Due to their funding of Walsh, and also the properties they’ve bought themselves in the Bala-Corwen area (and perhaps elsewhere). To the point where I’m no longer sure if the story is really about Christopher Walsh or the Duffells. Maybe it’s both.

Whatever the answer, one possibility must be that the properties have been bought to be Houses of Multiple Occupation (HMOs). If so, then this might link with another Walsh company, Blue Chip Accommodation Ltd.

And if that is the plan, then Wales does not need any more HMOs taking in the social rejects and misfits of north west England’s cities and towns, bringing with them the misery and the violence associated with the drugs trade.

This extravaganza began in Aberllefenni, too close to home for me to let it be bought by property speculators without comment. Over the years I’ve known people who lived there, good people, and the area deserves better.

Writing this has made me wonder what sort of society we live in when a village can be bought in this way. You’ve almost got to remind yourself that it’s 2022 not 1822, and Wales has something called devolution.

For what it’s worth.

One thing I am sure of is that many of you who’ve read this offering will have your own views as to what lies behind these property purchases. So why not get in touch?

I remain uncertain. But curious.

♦ end ♦

UPDATE: Someone has contacted me with a possible source for the money now being splashed around buying properties willy-nilly.

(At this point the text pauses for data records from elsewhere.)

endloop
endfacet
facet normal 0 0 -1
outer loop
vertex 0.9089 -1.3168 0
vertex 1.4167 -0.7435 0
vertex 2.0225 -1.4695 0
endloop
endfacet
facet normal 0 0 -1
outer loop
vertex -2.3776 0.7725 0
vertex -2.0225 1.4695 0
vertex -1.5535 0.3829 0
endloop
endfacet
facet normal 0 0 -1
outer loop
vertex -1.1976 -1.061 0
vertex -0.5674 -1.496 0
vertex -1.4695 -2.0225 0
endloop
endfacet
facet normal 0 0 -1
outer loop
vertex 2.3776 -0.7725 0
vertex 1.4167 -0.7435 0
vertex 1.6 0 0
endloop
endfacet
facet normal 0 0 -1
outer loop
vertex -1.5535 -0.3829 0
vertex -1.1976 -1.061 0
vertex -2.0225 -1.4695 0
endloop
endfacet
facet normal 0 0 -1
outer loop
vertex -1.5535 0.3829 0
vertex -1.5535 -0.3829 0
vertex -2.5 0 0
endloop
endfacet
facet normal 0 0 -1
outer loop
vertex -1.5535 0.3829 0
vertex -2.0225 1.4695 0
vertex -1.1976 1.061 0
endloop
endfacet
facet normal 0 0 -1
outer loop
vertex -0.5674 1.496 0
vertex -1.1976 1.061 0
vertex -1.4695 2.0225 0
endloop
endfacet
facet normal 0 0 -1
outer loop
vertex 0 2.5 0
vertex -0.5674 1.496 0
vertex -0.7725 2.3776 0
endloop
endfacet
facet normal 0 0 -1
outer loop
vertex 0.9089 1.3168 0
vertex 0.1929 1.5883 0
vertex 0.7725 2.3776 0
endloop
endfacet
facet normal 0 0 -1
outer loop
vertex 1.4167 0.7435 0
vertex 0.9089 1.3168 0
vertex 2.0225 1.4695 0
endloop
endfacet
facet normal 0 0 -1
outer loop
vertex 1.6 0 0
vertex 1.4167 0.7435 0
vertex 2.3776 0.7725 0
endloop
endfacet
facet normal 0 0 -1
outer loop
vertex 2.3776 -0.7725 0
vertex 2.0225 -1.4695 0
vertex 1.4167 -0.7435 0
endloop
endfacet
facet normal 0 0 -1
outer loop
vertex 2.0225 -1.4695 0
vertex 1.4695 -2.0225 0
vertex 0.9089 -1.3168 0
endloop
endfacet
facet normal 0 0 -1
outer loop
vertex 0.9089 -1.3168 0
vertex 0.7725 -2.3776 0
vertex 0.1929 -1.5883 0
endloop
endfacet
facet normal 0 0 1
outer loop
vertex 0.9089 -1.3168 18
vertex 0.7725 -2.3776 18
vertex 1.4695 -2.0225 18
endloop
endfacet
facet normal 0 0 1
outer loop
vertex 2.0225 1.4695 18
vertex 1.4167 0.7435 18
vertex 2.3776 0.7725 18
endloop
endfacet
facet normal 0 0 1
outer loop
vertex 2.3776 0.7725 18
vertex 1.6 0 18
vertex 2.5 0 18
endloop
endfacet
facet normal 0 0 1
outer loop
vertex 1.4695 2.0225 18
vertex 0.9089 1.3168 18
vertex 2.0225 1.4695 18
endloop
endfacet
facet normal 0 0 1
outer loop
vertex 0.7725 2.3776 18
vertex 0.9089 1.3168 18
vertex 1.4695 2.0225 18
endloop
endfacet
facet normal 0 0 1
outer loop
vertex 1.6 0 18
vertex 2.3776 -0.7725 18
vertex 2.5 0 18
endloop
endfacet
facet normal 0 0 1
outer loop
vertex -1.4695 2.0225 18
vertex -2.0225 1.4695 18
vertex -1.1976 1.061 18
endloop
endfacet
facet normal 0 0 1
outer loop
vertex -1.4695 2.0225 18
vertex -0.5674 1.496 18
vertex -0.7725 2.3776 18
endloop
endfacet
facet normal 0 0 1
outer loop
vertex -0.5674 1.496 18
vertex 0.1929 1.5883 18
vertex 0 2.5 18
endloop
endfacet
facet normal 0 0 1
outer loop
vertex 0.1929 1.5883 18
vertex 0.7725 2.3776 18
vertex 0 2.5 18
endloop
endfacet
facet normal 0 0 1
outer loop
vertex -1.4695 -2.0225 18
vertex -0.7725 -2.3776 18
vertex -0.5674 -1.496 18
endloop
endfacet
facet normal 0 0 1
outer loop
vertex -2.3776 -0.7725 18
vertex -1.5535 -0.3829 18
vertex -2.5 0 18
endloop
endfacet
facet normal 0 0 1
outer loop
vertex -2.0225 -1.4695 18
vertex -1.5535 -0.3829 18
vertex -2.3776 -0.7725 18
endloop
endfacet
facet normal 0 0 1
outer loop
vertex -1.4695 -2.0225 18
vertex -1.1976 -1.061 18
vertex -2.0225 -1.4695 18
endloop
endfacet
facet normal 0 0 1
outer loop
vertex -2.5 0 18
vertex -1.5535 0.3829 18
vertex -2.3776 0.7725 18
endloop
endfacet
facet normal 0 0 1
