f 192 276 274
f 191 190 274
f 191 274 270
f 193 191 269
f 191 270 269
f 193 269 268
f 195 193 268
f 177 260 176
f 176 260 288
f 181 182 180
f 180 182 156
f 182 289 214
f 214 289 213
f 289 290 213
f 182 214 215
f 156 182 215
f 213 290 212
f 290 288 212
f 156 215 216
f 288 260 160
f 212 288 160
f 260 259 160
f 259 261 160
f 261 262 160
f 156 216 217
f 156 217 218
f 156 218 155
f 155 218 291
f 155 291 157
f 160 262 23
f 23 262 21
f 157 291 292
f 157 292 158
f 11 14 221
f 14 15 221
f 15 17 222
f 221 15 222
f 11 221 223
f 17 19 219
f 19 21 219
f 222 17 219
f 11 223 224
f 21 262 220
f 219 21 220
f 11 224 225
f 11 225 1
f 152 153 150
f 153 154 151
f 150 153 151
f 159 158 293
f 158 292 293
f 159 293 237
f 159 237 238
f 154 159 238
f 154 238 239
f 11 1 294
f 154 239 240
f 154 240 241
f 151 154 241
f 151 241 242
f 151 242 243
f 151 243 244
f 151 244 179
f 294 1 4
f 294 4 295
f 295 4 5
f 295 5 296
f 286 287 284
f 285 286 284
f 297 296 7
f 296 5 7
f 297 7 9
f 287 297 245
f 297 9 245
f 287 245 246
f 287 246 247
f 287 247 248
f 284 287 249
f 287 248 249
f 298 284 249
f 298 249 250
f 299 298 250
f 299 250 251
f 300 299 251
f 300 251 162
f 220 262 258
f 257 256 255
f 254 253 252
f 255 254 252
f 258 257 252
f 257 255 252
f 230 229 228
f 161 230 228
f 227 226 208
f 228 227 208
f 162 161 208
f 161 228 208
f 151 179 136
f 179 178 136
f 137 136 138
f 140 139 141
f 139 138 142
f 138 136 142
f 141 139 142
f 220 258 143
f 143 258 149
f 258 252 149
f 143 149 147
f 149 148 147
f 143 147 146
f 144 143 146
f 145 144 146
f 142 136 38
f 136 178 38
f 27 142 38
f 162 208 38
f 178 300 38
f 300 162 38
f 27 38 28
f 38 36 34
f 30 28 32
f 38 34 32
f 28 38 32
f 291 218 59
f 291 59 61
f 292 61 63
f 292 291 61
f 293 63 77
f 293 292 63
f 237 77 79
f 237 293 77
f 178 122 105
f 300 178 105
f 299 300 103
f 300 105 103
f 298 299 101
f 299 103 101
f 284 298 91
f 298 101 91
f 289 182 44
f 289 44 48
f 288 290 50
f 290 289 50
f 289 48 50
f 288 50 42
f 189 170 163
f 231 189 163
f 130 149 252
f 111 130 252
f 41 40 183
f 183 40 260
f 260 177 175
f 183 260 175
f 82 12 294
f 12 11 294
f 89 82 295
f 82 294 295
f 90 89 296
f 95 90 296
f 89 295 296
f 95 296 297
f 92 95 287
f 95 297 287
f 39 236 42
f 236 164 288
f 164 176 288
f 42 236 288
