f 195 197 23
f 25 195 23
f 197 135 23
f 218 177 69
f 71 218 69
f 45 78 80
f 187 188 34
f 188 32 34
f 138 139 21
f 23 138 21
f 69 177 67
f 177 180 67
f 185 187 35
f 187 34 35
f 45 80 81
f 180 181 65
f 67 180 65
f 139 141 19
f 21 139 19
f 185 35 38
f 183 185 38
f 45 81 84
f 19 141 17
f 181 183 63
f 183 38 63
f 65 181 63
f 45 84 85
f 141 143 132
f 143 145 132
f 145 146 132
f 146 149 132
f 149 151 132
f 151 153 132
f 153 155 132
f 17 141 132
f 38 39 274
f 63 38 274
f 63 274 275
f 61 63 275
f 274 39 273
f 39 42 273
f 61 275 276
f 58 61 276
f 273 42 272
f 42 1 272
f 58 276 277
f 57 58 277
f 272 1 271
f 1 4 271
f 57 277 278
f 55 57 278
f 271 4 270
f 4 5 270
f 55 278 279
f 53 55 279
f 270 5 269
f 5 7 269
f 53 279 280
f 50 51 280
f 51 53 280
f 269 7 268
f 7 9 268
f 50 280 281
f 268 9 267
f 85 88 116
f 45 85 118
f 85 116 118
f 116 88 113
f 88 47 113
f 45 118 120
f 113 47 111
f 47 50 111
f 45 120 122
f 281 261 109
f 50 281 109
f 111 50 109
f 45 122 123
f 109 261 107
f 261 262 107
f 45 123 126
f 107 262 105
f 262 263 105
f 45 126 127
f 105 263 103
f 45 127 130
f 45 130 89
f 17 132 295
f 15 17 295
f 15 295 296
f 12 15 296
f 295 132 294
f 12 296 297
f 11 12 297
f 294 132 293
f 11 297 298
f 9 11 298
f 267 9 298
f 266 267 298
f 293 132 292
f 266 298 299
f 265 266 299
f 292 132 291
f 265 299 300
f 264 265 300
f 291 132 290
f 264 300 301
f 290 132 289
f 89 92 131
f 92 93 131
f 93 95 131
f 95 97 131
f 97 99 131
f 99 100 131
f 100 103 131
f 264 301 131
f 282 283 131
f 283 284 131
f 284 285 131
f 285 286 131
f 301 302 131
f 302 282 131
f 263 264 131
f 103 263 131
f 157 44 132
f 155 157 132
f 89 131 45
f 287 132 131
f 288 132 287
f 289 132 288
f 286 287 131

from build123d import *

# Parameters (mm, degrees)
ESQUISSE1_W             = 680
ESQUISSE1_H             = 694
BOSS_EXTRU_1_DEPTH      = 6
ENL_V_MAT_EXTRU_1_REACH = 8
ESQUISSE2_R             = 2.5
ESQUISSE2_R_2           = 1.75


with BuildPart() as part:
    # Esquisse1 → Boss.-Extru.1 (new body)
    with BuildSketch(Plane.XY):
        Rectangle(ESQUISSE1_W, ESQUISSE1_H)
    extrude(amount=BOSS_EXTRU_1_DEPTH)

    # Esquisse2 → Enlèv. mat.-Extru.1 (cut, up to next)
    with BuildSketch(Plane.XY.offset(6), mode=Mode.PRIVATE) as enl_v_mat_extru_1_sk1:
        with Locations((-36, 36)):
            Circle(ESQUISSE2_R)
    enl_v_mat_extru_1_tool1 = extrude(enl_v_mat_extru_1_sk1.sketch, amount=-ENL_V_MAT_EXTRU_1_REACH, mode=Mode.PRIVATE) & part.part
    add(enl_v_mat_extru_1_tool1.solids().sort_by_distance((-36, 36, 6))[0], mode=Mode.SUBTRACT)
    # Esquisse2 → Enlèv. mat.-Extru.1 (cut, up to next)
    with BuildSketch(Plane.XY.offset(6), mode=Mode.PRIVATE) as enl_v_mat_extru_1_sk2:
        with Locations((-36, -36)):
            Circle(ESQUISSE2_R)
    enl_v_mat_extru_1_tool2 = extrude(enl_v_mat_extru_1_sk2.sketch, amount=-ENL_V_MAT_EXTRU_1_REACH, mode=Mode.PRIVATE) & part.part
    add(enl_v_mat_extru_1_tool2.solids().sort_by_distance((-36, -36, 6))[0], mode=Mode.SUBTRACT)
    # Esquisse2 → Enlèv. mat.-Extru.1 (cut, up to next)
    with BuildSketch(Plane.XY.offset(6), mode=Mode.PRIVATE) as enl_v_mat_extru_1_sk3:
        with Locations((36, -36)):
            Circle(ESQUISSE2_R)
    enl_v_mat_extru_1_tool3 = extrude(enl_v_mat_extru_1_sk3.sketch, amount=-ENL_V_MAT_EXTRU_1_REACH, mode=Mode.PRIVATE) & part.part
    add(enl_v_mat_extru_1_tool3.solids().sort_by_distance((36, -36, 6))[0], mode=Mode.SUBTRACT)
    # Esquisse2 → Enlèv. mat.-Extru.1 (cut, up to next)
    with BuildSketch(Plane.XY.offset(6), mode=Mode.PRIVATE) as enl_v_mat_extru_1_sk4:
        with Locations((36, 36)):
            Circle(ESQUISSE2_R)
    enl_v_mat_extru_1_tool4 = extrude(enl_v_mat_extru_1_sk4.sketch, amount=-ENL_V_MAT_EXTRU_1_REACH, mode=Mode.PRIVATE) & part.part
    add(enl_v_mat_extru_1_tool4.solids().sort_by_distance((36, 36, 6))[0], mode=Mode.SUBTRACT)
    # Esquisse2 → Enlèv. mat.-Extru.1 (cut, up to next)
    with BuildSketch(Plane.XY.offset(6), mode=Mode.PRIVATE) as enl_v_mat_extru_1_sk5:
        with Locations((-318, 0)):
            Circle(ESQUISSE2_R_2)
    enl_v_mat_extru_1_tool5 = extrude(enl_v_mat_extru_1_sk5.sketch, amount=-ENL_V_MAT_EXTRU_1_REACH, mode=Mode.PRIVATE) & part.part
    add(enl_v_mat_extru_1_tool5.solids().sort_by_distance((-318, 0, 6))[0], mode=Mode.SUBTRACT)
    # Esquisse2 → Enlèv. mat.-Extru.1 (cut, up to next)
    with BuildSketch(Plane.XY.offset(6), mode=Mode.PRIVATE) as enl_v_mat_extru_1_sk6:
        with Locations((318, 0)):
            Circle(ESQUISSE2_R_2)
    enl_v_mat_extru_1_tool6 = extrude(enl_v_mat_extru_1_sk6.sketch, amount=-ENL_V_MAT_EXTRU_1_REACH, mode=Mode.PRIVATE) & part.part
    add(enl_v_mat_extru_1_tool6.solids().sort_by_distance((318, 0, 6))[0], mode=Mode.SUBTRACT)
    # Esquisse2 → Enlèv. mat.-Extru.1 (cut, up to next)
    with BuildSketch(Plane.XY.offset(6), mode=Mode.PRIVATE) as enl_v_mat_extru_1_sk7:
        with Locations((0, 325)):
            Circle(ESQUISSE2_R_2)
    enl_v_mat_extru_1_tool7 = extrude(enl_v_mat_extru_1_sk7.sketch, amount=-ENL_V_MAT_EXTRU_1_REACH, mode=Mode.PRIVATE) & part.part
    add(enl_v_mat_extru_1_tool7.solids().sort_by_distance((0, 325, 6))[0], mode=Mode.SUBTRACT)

Richard George De Winton Wigley was a director of Lendlock International Ltd and Specialist Anodising Company Ltd, both Duffell companies.

It is alleged, in the Channel Islands, that he defrauded Can$50m. He has since removed himself to Panama. For the sunshine.

Although he lives in Panama Wigley has a company in London, Questbourne Ltd, in the business of ‘letting and operating of own or leased real estate’. The other directors are Wigley’s son and a couple named Belcher.

Michael Perry Belcher is in the plastics business, just like the Duffells.

In fact, we find Belcher and Duffells together in Plusimage Ltd, Hyde Plastics Ltd, Mackenzie King Ltd (Dissolved), Quadrant Tube Company Ltd (The) (Dissolved), M & M Plastic Industries Ltd, Atlagraph Engineering Co Ltd.

Belcher has also been a director of Duffell companies we looked at earlier.